Smart City: last train to a sustainable future
“The urban development of the planet will have concluded by the end our children’s lifetime, and will last forever. We will only have one chance to get things right, and we cannot afford to make the same mistakes we made in the 20th century”. This was Anthony Townsend’s statement in the opening speech of the first Smart City Expo World Congress back in 2011. Townsend is the research director at the Institute for the Future in San Francisco (USA), and he was underlining the fact that humanity is facing a crucial period of its history.
Mobiliy, the biggest problem
According to the United Nations, in 2050 70% of the global population will be living in cities. This means that our future will be predominantly urban, and that the outcome of the battle for sustainability will depend on the cities we build today. The first two editions of Smart City Expo World Congress showed that there are many different approaches to the idea of a Smart City, and that every urban area has unique features that call for customised solutions. Even so, there are a number of common problems that affect the whole world. Among these, the most universal is probably that of mobility.
Urban transportation (and the conditions in which it operates) has a direct impact on the quality of life of city dwellers. not only is it responsible for producing the most widely spread cancerous agent in the world but it also consumes enormous amounts of energy, generates greenhouse gases and forces citizens to spend interminable hours commuting , which is a drain on productivity and a waste of valuable leisure and rest time.
The solution is an integrated model that can handle different transport systems (private vehicles, public transport, trains and bicycles) to transform mobility within cities. One of the most significant presentations in Smart City Expo World Congress 2013 is that given by Kent Larson, who leads the urban research group Changing Places for MIT (Massachusetts Institute of Technology). His group has been working in the development of new vehicles that are better adapted to the urban environment, such as the CityCar, a folding electric vehicle designed for use in large cities and in car sharing. The project will be tested in the real world in Germany next year.
The future of transport is not just a question of new vehicles. The train and its many variations – trams and underground railways – must also play a part in urban and metropolitan transport systems.

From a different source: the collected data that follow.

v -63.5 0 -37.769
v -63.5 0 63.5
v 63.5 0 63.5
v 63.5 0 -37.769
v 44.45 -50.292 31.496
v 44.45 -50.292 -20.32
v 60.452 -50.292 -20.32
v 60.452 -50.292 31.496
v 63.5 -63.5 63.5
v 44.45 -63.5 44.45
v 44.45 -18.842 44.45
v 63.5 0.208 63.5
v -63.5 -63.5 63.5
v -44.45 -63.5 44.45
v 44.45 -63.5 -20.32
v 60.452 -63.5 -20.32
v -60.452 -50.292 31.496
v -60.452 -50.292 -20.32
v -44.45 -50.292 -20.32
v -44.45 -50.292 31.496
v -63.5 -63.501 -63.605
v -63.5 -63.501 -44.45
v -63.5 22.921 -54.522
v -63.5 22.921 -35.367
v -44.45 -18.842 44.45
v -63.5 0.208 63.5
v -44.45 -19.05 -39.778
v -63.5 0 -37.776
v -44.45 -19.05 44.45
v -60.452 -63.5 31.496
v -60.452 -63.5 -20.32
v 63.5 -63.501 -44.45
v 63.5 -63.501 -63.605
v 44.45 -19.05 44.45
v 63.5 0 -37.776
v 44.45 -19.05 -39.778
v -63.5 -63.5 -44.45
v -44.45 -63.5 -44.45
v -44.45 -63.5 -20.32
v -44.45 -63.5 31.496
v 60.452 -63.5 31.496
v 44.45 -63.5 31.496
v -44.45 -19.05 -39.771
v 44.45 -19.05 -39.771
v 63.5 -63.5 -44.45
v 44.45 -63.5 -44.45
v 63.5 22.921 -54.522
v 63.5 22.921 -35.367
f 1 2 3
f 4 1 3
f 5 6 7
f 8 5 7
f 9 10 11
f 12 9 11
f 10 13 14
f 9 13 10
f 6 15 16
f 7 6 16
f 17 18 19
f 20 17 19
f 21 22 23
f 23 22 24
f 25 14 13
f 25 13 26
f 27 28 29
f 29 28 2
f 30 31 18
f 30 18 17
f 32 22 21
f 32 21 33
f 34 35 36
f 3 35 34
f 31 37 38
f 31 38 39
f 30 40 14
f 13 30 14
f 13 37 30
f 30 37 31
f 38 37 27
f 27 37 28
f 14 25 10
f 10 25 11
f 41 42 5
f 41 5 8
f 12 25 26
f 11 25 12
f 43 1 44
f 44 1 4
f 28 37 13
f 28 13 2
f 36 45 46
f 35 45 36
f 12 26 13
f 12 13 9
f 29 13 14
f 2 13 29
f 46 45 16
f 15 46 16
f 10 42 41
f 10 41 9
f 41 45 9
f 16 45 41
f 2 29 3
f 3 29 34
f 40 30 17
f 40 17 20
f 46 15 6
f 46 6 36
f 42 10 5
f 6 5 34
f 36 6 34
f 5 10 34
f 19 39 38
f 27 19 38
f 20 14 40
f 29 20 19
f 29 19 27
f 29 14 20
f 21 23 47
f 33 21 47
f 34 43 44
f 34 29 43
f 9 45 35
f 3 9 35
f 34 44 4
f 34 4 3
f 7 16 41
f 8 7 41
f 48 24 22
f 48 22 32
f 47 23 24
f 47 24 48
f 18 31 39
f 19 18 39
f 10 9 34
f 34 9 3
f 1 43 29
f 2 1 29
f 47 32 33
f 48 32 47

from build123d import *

# Parameters (mm, degrees)
F4_W        = 127
F4_H        = 103.27132
F5_DEPTH    = 19.05
F6_SIZE2    = 19.04999
F6_SIZE     = 19.04999
F7_SIZE2    = 2.002226
F7_SIZE     = 19.04999
F8_W        = 63.5
F8_H        = 107.95
F9_DEPTH    = 19.05
F10_SIZE2   = 6.674109
F10_SIZE    = 63.49999
F11_SIZE2   = 19.04999
F11_SIZE    = 19.04999
F12_W       = 63.5
F12_H       = 107.95
F13_DEPTH   = 19.05
F14_SIZE2   = 6.674109
F14_SIZE    = 63.49999
F15_SIZE2   = 19.04999
F15_SIZE    = 19.04999
F16_W       = 127
F16_H       = 63.7083128998
F17_DEPTH   = 19.05
F18_SIZE2   = 19.04999
F18_SIZE    = 19.04999
F20_W       = 127
F20_H       = 88.9
F21_DEPTH   = 19.05
F22_SIZE2   = 2.002226
F22_SIZE    = 19.04999
F22_2_SIZE2 = 2.002226
F22_2_SIZE  = 19.04999
F23_W       = 120.904
F23_H       = 51.816
F24_DEPTH   = 13.208


# Not quite as in the source:
# - a fillet or chamfer is up to 0.001 mm smaller than in the source, because OpenCascade refuses the exact size


with BuildPart() as f5:
    # F4 (on Front) → F5 (new body)
    with BuildSketch(Plane.XZ):
        with Locations((0, 11.86434)):
            Rectangle(F4_W, F4_H)
    extrude(amount=F5_DEPTH)

    # F6 (size 19.05 and 19.05 in the source; OpenCascade refuses exactly that, so slightly less here)
    f6_edges = [f5.edges().sort_by_distance(p)[0] for p in [
        (63.5, -19.05, 11.86434),
        (0, -19.05, 63.5),
        (-63.5, -19.05, 11.86434),
    ]]
    chamfer(f6_edges, length=F6_SIZE, length2=F6_SIZE2)

    # F7 (size 19.05 and 2.0022356818 in the source; OpenCascade refuses exactly that, so slightly less here)
    f7_edges = [f5.edges().sort_by_distance(p)[0] for p in [
        (0, 0, -39.77132),
    ]]
    f7_side = f5.faces().sort_by_distance((0, -8.964706, -39.77132))[0]
    chamfer(f7_edges, length=F7_SIZE, length2=F7_SIZE2, reference=f7_side)


with BuildPart() as f9:
    # F8 (on offset) → F9 (new body)
    with BuildSketch(Plane.YZ.offset(-63.5)):
        with Locations((-31.75, 9.525)):
            Rectangle(F8_W, F8_H)
    extrude(amount=F9_DEPTH)

    # F10 (size 63.5 and 6.6741189394 in the source; OpenCascade refuses exactly that, so slightly less here)
    f10_edges = [f9.edges().sort_by_distance(p)[0] for p in [
        (-53.975, 0, -44.45),
    ]]
    f10_side = f9.faces().sort_by_distance((-53.975, -31.75, -44.45))[0]
    chamfer(f10_edges, length=F10_SIZE, length2=F10_SIZE2, reference=f10_side)

    # F11 (size 19.05 and 19.05 in the source; OpenCascade refuses exactly that, so slightly less here)
    f11_edges = [f9.edges().sort_by_distance(p)[0] for p in [
        (-44.45, 0, 12.862054),
        (-44.45, -31.75, 63.5),
    ]]
    chamfer(f11_edges, length=F11_SIZE, length2=F11_SIZE2)


with BuildPart() as f13:
    # F12 (on offset) → F13 (new body)
    with BuildSketch(Plane.YZ.offset(63.5)):
        with Locations((-31.75, 9.525)):
            Rectangle(F12_W, F12_H)
    extrude(amount=-F13_DEPTH)

    # F14 (size 63.5 and 6.6741189394 in the source; OpenCascade refuses exactly that, so slightly less here)
    f14_edges = [f13.edges().sort_by_distance(p)[0] for p in [
        (53.975, 0, -44.45),
    ]]
    f14_side = f13.faces().sort_by_distance((53.975, -31.75, -44.45))[0]
    chamfer(f14_edges, length=F14_SIZE, length2=F14_SIZE2, reference=f14_side)

    # F15 (size 19.05 and 19.05 in the source; OpenCascade refuses exactly that, so slightly less here)
    f15_edges = [f13.edges().sort_by_distance(p)[0] for p in [
        (44.45, 0, 12.862054),
        (44.45, -31.75, 63.5),
    ]]
    chamfer(f15_edges, length=F15_SIZE, length2=F15_SIZE2)


with BuildPart() as f17:
    # F16 (on offset) → F17 (new body)
    with BuildSketch(Plane.XY.offset(63.5)):
        with Locations((0, -31.6458435501)):
            Rectangle(F16_W, F16_H)
    extrude(amount=-F17_DEPTH)

    # F18 (size 19.05 and 19.05 in the source; OpenCascade refuses exactly that, so slightly less here)
    f18_edges = [f17.edges().sort_by_distance(p)[0] for p in [
        (0, 0.208313, 44.45),
        (63.5, -31.645844, 44.45),
        (-63.5, -31.645844, 44.45),
    ]]
    chamfer(f18_edges, length=F18_SIZE, length2=F18_SIZE2)


with BuildPart() as f21:
    # F20 (on face) → F21 (new body)
    with BuildSketch(Plane(origin=(0, 3.9270236517, -37.3631342428), x_dir=(1, 0, 0), z_dir=(0, -0.1045284633, 0.9945218954))):
        with Locations((0, -25.3512205481)):
            Rectangle(F20_W, F20_H)
    extrude(amount=-F21_DEPTH)

    # F22 (size 19.05 and 2.0022356818 in the source; OpenCascade refuses exactly that, so slightly less here)
    f22_edges = [f21.edges().sort_by_distance(p)[0] for p in [
        (0, -65.491819, -44.659349),
    ]]
    f22_side = f21.faces().sort_by_distance((0, -64.496185, -54.13217))[0]
    chamfer(f22_edges, length=F22_SIZE, length2=F22_SIZE2, reference=f22_side)

    # F22#2 (size 19.05 and 2.0022356818 in the source; OpenCascade refuses exactly that, so slightly less here)
    f22_2_edges = [f21.edges().sort_by_distance(p)[0] for p in [
        (0, 24.912445, -54.31241),
    ]]
    f22_2_side = f21.faces().sort_by_distance((0, 23.916812, -44.839589))[0]
    chamfer(f22_2_edges, length=F22_2_SIZE, length2=F22_2_SIZE2, reference=f22_2_side)


with BuildPart() as f24:
    # F23 (on offset) → F24 (new body)
    with BuildSketch(Plane.XZ.offset(63.5)):
        with Locations((0, 5.588)):
            Rectangle(F23_W, F23_H)
    extrude(amount=-F24_DEPTH)


with BuildPart() as f13_1:
    add(f13.part)

    # F25: cut F24
    add(f24.part, mode=Mode.SUBTRACT)


with BuildPart() as f9_1:
    add(f9.part)

    # F25: cut F24
    add(f24.part, mode=Mode.SUBTRACT)


solid = Compound([f5.part, f17.part, f21.part, f13_1.part, f9_1.part])
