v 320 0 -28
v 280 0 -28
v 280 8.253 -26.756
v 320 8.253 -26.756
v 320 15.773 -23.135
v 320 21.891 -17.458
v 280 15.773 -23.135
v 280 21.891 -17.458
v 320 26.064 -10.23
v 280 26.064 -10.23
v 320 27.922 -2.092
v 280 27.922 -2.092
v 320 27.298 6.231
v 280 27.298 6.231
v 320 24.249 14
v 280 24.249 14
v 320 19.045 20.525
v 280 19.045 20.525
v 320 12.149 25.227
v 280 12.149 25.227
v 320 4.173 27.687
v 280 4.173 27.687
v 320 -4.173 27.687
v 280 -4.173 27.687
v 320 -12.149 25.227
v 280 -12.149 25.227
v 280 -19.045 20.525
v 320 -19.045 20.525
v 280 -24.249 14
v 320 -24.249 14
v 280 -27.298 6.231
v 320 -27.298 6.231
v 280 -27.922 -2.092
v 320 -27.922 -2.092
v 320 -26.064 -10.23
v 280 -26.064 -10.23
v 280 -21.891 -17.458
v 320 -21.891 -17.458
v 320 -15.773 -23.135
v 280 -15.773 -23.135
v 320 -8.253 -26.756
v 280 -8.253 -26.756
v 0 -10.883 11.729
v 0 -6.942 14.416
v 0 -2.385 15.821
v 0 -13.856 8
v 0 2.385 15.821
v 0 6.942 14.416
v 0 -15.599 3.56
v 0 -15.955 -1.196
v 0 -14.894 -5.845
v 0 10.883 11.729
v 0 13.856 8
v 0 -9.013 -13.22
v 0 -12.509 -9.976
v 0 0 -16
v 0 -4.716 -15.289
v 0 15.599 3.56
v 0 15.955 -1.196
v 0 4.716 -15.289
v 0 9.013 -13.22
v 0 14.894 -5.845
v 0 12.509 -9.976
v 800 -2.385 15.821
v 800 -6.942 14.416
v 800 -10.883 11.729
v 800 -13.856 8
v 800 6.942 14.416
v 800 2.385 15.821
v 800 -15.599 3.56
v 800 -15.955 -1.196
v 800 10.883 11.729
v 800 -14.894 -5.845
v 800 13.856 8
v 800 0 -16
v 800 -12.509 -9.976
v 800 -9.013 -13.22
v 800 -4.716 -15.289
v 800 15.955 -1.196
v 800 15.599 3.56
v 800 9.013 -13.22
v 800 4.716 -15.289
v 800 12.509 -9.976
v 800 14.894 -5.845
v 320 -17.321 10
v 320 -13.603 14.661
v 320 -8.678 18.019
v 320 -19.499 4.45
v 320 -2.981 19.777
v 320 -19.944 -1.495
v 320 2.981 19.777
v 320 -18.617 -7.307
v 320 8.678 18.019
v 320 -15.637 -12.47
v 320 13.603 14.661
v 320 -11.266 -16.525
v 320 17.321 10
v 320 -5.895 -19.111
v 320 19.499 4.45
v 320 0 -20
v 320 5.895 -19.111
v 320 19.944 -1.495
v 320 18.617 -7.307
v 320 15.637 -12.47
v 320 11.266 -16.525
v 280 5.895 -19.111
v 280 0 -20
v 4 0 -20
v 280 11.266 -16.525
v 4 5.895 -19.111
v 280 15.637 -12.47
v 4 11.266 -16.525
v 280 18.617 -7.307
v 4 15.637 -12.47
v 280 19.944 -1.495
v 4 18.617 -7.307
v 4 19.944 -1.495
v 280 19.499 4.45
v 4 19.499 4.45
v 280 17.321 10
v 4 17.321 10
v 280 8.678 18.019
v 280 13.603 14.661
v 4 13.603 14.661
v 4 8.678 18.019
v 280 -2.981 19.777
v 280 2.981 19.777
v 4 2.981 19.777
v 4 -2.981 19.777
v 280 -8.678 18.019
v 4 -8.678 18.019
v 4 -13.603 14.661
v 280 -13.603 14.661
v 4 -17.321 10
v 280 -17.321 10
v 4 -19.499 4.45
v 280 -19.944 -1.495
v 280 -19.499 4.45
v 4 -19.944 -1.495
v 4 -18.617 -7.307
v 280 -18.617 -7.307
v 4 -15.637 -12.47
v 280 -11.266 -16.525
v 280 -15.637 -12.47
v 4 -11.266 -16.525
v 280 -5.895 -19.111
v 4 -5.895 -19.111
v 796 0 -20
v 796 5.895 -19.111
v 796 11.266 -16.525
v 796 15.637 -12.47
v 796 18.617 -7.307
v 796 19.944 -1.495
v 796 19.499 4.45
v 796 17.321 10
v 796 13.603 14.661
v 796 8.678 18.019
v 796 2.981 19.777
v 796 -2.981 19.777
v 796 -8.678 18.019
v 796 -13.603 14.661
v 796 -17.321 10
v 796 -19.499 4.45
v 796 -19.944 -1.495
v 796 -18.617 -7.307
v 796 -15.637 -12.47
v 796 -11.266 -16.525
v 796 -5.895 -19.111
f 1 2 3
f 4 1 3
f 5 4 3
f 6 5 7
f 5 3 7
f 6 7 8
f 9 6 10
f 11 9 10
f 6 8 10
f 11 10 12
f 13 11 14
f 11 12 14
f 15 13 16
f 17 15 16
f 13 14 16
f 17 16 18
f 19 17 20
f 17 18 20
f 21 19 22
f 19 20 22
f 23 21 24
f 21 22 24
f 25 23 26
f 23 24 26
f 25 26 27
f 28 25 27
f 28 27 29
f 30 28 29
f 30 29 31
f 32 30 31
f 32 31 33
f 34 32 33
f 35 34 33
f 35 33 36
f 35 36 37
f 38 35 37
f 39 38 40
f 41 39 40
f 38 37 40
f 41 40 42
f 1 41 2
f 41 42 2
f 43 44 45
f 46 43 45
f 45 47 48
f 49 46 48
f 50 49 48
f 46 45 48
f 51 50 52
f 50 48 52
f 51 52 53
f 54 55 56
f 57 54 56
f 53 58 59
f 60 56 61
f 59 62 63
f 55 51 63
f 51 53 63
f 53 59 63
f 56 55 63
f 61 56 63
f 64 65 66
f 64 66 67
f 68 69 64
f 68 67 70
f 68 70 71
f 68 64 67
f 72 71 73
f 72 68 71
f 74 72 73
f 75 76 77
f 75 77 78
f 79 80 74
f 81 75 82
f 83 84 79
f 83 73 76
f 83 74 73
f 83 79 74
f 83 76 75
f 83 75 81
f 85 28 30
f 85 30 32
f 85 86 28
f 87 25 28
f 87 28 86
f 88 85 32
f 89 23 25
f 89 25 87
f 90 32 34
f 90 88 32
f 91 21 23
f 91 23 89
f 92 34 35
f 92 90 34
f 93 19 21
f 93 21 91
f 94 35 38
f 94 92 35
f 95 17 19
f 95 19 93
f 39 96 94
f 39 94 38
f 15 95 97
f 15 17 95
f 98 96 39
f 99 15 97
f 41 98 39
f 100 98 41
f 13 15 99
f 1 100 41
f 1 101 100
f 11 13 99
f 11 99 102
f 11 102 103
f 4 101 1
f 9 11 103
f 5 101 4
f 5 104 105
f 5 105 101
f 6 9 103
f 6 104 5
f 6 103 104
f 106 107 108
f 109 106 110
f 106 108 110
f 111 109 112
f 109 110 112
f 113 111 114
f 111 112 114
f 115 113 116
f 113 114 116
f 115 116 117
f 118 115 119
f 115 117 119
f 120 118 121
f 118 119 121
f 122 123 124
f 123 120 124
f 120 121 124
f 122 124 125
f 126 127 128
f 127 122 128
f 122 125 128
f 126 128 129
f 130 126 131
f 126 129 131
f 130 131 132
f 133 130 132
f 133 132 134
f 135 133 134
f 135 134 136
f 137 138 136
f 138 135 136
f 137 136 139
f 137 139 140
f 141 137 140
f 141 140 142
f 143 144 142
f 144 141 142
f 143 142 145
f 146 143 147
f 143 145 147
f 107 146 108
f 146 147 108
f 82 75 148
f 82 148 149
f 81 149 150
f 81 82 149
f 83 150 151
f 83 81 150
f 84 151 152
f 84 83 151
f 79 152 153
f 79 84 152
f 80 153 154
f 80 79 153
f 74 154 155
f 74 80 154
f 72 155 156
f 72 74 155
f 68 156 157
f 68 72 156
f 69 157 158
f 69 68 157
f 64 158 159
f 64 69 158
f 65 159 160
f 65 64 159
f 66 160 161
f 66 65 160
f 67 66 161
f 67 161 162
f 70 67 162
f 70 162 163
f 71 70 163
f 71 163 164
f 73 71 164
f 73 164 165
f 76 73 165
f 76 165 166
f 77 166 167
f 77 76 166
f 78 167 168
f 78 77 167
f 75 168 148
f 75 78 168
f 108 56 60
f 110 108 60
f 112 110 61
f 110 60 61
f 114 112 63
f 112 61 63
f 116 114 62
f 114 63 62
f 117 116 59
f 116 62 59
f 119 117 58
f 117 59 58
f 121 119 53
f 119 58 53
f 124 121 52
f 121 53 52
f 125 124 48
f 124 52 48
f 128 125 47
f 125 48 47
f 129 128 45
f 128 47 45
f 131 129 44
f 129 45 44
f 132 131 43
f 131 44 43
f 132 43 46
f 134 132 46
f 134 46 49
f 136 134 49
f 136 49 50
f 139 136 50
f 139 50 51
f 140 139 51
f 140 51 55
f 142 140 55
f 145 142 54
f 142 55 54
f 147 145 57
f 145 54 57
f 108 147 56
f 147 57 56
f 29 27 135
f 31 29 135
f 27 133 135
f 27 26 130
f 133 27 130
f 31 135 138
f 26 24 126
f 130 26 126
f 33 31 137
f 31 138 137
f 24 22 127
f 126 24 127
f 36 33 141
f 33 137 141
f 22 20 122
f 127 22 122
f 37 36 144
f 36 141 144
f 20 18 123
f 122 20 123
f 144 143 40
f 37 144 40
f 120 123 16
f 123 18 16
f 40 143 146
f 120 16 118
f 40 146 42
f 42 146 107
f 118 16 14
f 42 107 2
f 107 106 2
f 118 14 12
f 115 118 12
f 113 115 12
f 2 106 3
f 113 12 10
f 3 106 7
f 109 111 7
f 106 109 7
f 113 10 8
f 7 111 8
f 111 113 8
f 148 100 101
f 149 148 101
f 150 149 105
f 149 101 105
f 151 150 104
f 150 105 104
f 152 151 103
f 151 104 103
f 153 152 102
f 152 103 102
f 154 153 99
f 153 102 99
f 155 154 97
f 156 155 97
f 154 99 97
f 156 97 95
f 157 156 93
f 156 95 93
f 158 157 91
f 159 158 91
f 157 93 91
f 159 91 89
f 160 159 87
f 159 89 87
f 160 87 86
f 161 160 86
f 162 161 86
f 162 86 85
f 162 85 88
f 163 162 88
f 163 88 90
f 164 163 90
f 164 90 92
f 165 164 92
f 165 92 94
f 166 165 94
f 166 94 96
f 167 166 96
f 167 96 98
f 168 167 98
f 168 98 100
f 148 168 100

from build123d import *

# Parameters (mm, degrees)
SKETCH1_R           = 20
BOSS_EXTRUDE1_DEPTH = 800
CHAMFER1_SIZE       = 4
BOSS_EXTRUDE2_START = 280
SKETCH2_R           = 28
BOSS_EXTRUDE2_DEPTH = 40


with BuildPart() as part:
    # Sketch1 → Boss-Extrude1 (new body)
    with BuildSketch(Plane(origin=(0, 0, 0), x_dir=(0, 0, -1), z_dir=(1, 0, 0))):
        Circle(SKETCH1_R)
    extrude(amount=BOSS_EXTRUDE1_DEPTH)

    # Chamfer1
    chamfer1_edges = [part.edges().sort_by_distance(p)[0] for p in [
        (0, 0, 20),
        (800, 0, 20),
    ]]
    chamfer(chamfer1_edges, length=CHAMFER1_SIZE)

    # Sketch2 → Boss-Extrude2 (add)
    with BuildSketch(Plane(origin=(0, 0, 0), x_dir=(0, 0, -1), z_dir=(1, 0, 0)).offset(BOSS_EXTRUDE2_START)):
        Circle(SKETCH2_R)
    extrude(amount=BOSS_EXTRUDE2_DEPTH)


solid = part.part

BcnRail, the rebirth of an urban railway
The concerns of Public Authorities for more sustainable forms of transport have favoured the rebirth of many different forms of rail transport, but especially those of trams and light railways, whose expansion is seen as an alternative to new underground lines, due to their much greater costs. France set an example after the petrol crisis of 1973, when it ordered the construction of new tram systems in cities such as Nantes (1985), Strasbourg (1994), Nice (2007) and Toulouse (2010).
The success of these projects led to many European cities deciding on trams as the solution to their problems. Successive Spanish governments, at state, autonomous and local levels, have all settled on this mode of transport. The rails and overhead lines have become familiar features of cities such as Barcelona, La Coruña, Seville and Zaragoza. According to the experts, a tram can carry 220 passengers, which means taking two articulated buses or 174 cars off the street. With this in mind, the 2013 edition of this railway fair, BcnRail, seeks to provide a boost for railway transport and intermodality as essential ingredients in achieving the dual targets of financial and environmental sustainability that mobility must achieve in the 21st century.